Bishop Harry Jackson, Jr. and Niger Innis:
Skyrocketing energy prices and lost jobs also mean millions of otherwise healthy Americans are subjected to new health threats: higher air conditioning, heating, transportation and other energy bills. For those who cannot afford the increased costs, this can mean death from heat stroke and hypothermia; reduced budgets for healthy food, proper healthcare, home and car repairs, college, retirement, and charitable giving; and psychological depression that accompanies economic depression.
Land withdrawals and leasing and permitting delays don’t just lock up vast energy storehouses. They kill jobs, eliminate billions in government bonus, rent, royalty and tax revenues — and force us to spend other billions to import more oil that we could produce right here at home.
The White House agenda represents a double power grab. It usurps state, local and private sector control over energy prices and generation, and gives it to unelected Washington bureaucrats.

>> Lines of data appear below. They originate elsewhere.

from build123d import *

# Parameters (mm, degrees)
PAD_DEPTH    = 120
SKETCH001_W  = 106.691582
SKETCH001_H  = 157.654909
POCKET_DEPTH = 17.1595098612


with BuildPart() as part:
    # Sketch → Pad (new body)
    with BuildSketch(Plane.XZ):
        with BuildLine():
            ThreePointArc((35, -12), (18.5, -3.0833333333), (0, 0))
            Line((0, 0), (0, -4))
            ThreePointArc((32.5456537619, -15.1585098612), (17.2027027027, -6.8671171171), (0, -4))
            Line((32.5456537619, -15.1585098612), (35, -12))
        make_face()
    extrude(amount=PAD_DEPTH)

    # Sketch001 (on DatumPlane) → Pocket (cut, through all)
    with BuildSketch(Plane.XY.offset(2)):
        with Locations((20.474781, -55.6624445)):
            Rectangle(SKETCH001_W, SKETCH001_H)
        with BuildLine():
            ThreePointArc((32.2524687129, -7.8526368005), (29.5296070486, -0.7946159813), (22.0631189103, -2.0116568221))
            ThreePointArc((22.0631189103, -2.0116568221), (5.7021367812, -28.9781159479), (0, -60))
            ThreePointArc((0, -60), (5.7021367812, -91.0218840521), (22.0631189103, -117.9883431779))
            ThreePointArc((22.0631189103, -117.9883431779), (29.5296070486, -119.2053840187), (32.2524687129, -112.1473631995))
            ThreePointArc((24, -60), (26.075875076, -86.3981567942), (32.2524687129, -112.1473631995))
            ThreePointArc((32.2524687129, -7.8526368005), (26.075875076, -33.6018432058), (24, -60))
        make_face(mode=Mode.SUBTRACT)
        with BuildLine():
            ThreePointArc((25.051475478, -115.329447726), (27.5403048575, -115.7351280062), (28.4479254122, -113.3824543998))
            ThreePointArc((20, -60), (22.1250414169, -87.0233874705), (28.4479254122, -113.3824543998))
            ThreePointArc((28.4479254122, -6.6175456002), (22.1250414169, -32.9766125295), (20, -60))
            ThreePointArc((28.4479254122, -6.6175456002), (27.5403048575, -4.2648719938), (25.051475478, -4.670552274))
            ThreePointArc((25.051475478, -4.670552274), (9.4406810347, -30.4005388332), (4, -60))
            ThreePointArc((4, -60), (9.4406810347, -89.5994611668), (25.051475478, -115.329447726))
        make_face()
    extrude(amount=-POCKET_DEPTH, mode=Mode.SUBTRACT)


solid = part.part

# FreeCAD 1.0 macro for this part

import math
import FreeCAD as App
import Part
import Sketcher

doc = App.newDocument("Part")
params = doc.addObject("Spreadsheet::Sheet", "Params")
for row, (alias, value) in enumerate([
    ("sketch1_height", "4 mm"),
    ("pad1_length", "120 mm"),
    ("sketch2_radius", "6 mm"),
    ("sketch2_radius2", "2 mm"),
], start=1):
    params.set(f"A{row}", alias)
    params.set(f"B{row}", "=" + value)
    params.setAlias(f"B{row}", alias)

body = doc.addObject("PartDesign::Body", "Body")

sketch1 = doc.addObject("Sketcher::SketchObject", "Sketch")
body.addObject(sketch1)
sketch1.AttachmentSupport = (doc.XZ_Plane, [""])
sketch1.MapMode = "FlatFace"
sketch1.addGeometry(Part.ArcOfCircle(Part.Circle(App.Vector(0, -57.041667, 0), App.Vector(0, 0, 1), 57.041667), math.radians(52.150711), math.radians(90)), False)
sketch1.addGeometry(Part.LineSegment(App.Vector(0, 0, 0), App.Vector(0, -4, 0)), False)
sketch1.addGeometry(Part.ArcOfCircle(Part.Circle(App.Vector(0, -57.041667, 0), App.Vector(0, 0, 1), 53.041667), math.radians(52.150711), math.radians(90)), False)
sketch1.addGeometry(Part.LineSegment(App.Vector(32.545654, -15.15851, 0), App.Vector(35, -12, 0)), False)
sketch1.addConstraint(Sketcher.Constraint("Coincident", 0, 2, 1, 1))
sketch1.addConstraint(Sketcher.Constraint("Coincident", 1, 2, 2, 2))
sketch1.addConstraint(Sketcher.Constraint("Coincident", 2, 1, 3, 1))
sketch1.addConstraint(Sketcher.Constraint("Coincident", 3, 2, 0, 1))
sketch1.addConstraint(Sketcher.Constraint("Vertical", 1))
sketch1.addConstraint(Sketcher.Constraint("Coincident", 0, 2, -1, 1))
sketch1.addConstraint(Sketcher.Constraint("Coincident", 2, 3, 0, 3))
sketch1.addConstraint(Sketcher.Constraint("PointOnObject", 0, 3, -2))
sketch1.addConstraint(Sketcher.Constraint("DistanceY", 1, 2, 1, 1, 4.0))
sketch1.addConstraint(Sketcher.Constraint("DistanceX", -1, 1, 3, 2, 35.0))
sketch1.addConstraint(Sketcher.Constraint("DistanceY", 3, 2, -1, 1, 12.0))
sketch1.addConstraint(Sketcher.Constraint("DistanceY", 2, 1, -1, 1, 15.15851))
sketch1.setExpression("Constraints[8]", "Params.sketch1_height")
pad1 = doc.addObject("PartDesign::Pad", "Pad")
body.addObject(pad1)
pad1.Profile = sketch1
pad1.setExpression("Length", "Params.pad1_length")

sketch2 = doc.addObject("Sketcher::SketchObject", "Sketch001")
body.addObject(sketch2)
sketch2.AttachmentSupport = (doc.XY_Plane, [""])
sketch2.MapMode = "FlatFace"
sketch2.AttachmentOffset = App.Placement(App.Vector(0, 0, 2), App.Rotation())
sketch2.addGeometry(Part.LineSegment(App.Vector(-32.87101, 23.16501, 0), App.Vector(-32.87101, -134.489899, 0)), False)
sketch2.addGeometry(Part.LineSegment(App.Vector(-32.87101, -134.489899, 0), App.Vector(73.820572, -134.489899, 0)), False)
sketch2.addGeometry(Part.LineSegment(App.Vector(73.820572, -134.489899, 0), App.Vector(73.820572, 23.16501, 0)), False)
sketch2.addGeometry(Part.LineSegment(App.Vector(73.820572, 23.16501, 0), App.Vector(-32.87101, 23.16501, 0)), False)
sketch2.addGeometry(Part.ArcOfCircle(Part.Circle(App.Vector(26.545654, -6, 0), App.Vector(0, 0, 1), 6), math.radians(-17.985289), math.radians(138.338856)), False)
sketch2.addGeometry(Part.ArcOfCircle(Part.Circle(App.Vector(192.885871, -60, 0), App.Vector(0, 0, 1), 168.885871), math.radians(162.014711), math.radians(180)), False)
sketch2.addGeometry(Part.ArcOfCircle(Part.Circle(App.Vector(192.885871, -60, 0), App.Vector(0, 0, 1), 168.885871), math.radians(-180), math.radians(-162.014711)), False)
sketch2.addGeometry(Part.ArcOfCircle(Part.Circle(App.Vector(26.545654, -114, 0), App.Vector(0, 0, 1), 6), math.radians(-138.338856), math.radians(17.985289)), False)
sketch2.addGeometry(Part.ArcOfCircle(Part.Circle(App.Vector(87.236741, -60, 0), App.Vector(0, 0, 1), 87.236741), math.radians(180), math.radians(221.661144)), False)
sketch2.addGeometry(Part.ArcOfCircle(Part.Circle(App.Vector(87.236741, -60, 0), App.Vector(0, 0, 1), 87.236741), math.radians(138.338856), math.radians(180)), False)
sketch2.addGeometry(Part.ArcOfCircle(Part.Circle(App.Vector(26.545654, -114, 0), App.Vector(0, 0, 1), 2), math.radians(-138.338856), math.radians(17.985289)), False)
sketch2.addGeometry(Part.ArcOfCircle(Part.Circle(App.Vector(192.885871, -60, 0), App.Vector(0, 0, 1), 172.885871), math.radians(180), math.radians(197.985289)), False)
sketch2.addGeometry(Part.ArcOfCircle(Part.Circle(App.Vector(192.885871, -60, 0), App.Vector(0, 0, 1), 172.885871), math.radians(162.014711), math.radians(180)), False)
sketch2.addGeometry(Part.ArcOfCircle(Part.Circle(App.Vector(26.545654, -6, 0), App.Vector(0, 0, 1), 2), math.radians(-17.985289), math.radians(138.338856)), False)
sketch2.addGeometry(Part.ArcOfCircle(Part.Circle(App.Vector(87.236741, -60, 0), App.Vector(0, 0, 1), 83.236741), math.radians(138.338856), math.radians(180)), False)
sketch2.addGeometry(Part.ArcOfCircle(Part.Circle(App.Vector(87.236741, -60, 0), App.Vector(0, 0, 1), 83.236741), math.radians(180), math.radians(221.661144)), False)
sketch2.addConstraint(Sketcher.Constraint("Coincident", 0, 2, 1, 1))
sketch2.addConstraint(Sketcher.Constraint("Coincident", 1, 2, 2, 1))
sketch2.addConstraint(Sketcher.Constraint("Coincident", 2, 2, 3, 1))
sketch2.addConstraint(Sketcher.Constraint("Coincident", 3, 2, 0, 1))
sketch2.addConstraint(Sketcher.Constraint("Tangent", 4, 1, 5, 1))
sketch2.addConstraint(Sketcher.Constraint("Tangent", 5, 2, 6, 1))
sketch2.addConstraint(Sketcher.Constraint("Tangent", 6, 2, 7, 2))
sketch2.addConstraint(Sketcher.Constraint("Tangent", 7, 1, 8, 2))
sketch2.addConstraint(Sketcher.Constraint("Tangent", 8, 1, 9, 2))
sketch2.addConstraint(Sketcher.Constraint("Tangent", 9, 1, 4, 2))
sketch2.addConstraint(Sketcher.Constraint("Tangent", 10, 2, 11, 2))
sketch2.addConstraint(Sketcher.Constraint("Tangent", 11, 1, 12, 2))
sketch2.addConstraint(Sketcher.Constraint("Tangent", 12, 1, 13, 1))
sketch2.addConstraint(Sketcher.Constraint("Tangent", 13, 2, 14, 1))
sketch2.addConstraint(Sketcher.Constraint("Tangent", 14, 2, 15, 1))
sketch2.addConstraint(Sketcher.Constraint("Tangent", 15, 2, 10, 1))
sketch2.addConstraint(Sketcher.Constraint("Vertical", 0))
sketch2.addConstraint(Sketcher.Constraint("Horizontal", 1))
sketch2.addConstraint(Sketcher.Constraint("Vertical", 2))
sketch2.addConstraint(Sketcher.Constraint("Horizontal", 3))
sketch2.addConstraint(Sketcher.Constraint("Coincident", 10, 3, 7, 3))
sketch2.addConstraint(Sketcher.Constraint("Coincident", 11, 3, 5, 3))
sketch2.addConstraint(Sketcher.Constraint("Coincident", 13, 3, 4, 3))
sketch2.addConstraint(Sketcher.Constraint("Coincident", 14, 3, 8, 3))
sketch2.addConstraint(Sketcher.Constraint("Equal", 5, 6))
sketch2.addConstraint(Sketcher.Constraint("Equal", 4, 7))
sketch2.addConstraint(Sketcher.Constraint("Equal", 8, 9))
sketch2.addConstraint(Sketcher.Constraint("Equal", 11, 12))
sketch2.addConstraint(Sketcher.Constraint("PointOnObject", 8, 1, -2))
sketch2.addConstraint(Sketcher.Constraint("Horizontal", 6, 3, 8, 3))
sketch2.addConstraint(Sketcher.Constraint("Horizontal", 15, 3, 5, 2))
sketch2.addConstraint(Sketcher.Constraint("Horizontal", 5, 2, 8, 1))
sketch2.addConstraint(Sketcher.Constraint("Horizontal", 8, 1, 11, 1))
sketch2.addConstraint(Sketcher.Constraint("Horizontal", 11, 1, 14, 2))
sketch2.addConstraint(Sketcher.Constraint("Radius", 4, 6.0))
sketch2.addConstraint(Sketcher.Constraint("Radius", 10, 2.0))
sketch2.addConstraint(Sketcher.Constraint("DistanceY", 4, 3, -1, 1, 6.0))
sketch2.addConstraint(Sketcher.Constraint("DistanceY", 5, 3, -1, 1, 60.0))
sketch2.addConstraint(Sketcher.Constraint("DistanceX", -1, 1, 5, 2, 24.0))
sketch2.addConstraint(Sketcher.Constraint("Radius", 5, 168.885871))
sketch2.addConstraint(Sketcher.Constraint("DistanceX", 1, 1, 1, 2, 106.691582))
sketch2.addConstraint(Sketcher.Constraint("DistanceY", 0, 2, 0, 1, 157.654909))
sketch2.addConstraint(Sketcher.Constraint("DistanceY", 0, 2, -1, 1, 134.489899))
sketch2.addConstraint(Sketcher.Constraint("DistanceX", 0, 2, -1, 1, 32.87101))
sketch2.setExpression("Constraints[34]", "Params.sketch2_radius")
sketch2.setExpression("Constraints[35]", "Params.sketch2_radius2")
pocket1 = doc.addObject("PartDesign::Pocket", "Pocket")
body.addObject(pocket1)
pocket1.Profile = sketch2
pocket1.Type = "ThroughAll"

doc.recompute()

It also seizes our reliable, affordable energy, and replaces it with expensive, intermittent power.
While many Americans are duped into thinking renewable energy sources are the ticket to a clean world, they have not looked at the downside to these energy sources. Replacing fossil fuel power with coerced renewable energy means millions of acres will be covered with turbines and solar panels, and built with billions of tons of concrete, steel, copper, fiberglass and rare earth metals. It means millions of acres of forest and crop land will be converted to farming for inefficient biofuels that also require vast inputs of water, pesticides, fertilizers and hydrocarbon fuels.
Moreover, wind and solar facilities work only 10-30 percent of the time, compared to 90-95 percent for coal, gas and nuclear power plants. Even worse, prolonged cold is almost invariably associated with high atmospheric pressure, and thus very little wind. On December 21, 2010 — one of the coldest days on record for Yorkshire, England (undoubtedly due to global warming) — the region’s coal, gas and nuclear power plants generated 53,000 megawatts of electricity; its wind turbines provided a measly 20 MW, or 0.04 percent of the total. The same high pressure, no wind scenario happens on the hottest summer days.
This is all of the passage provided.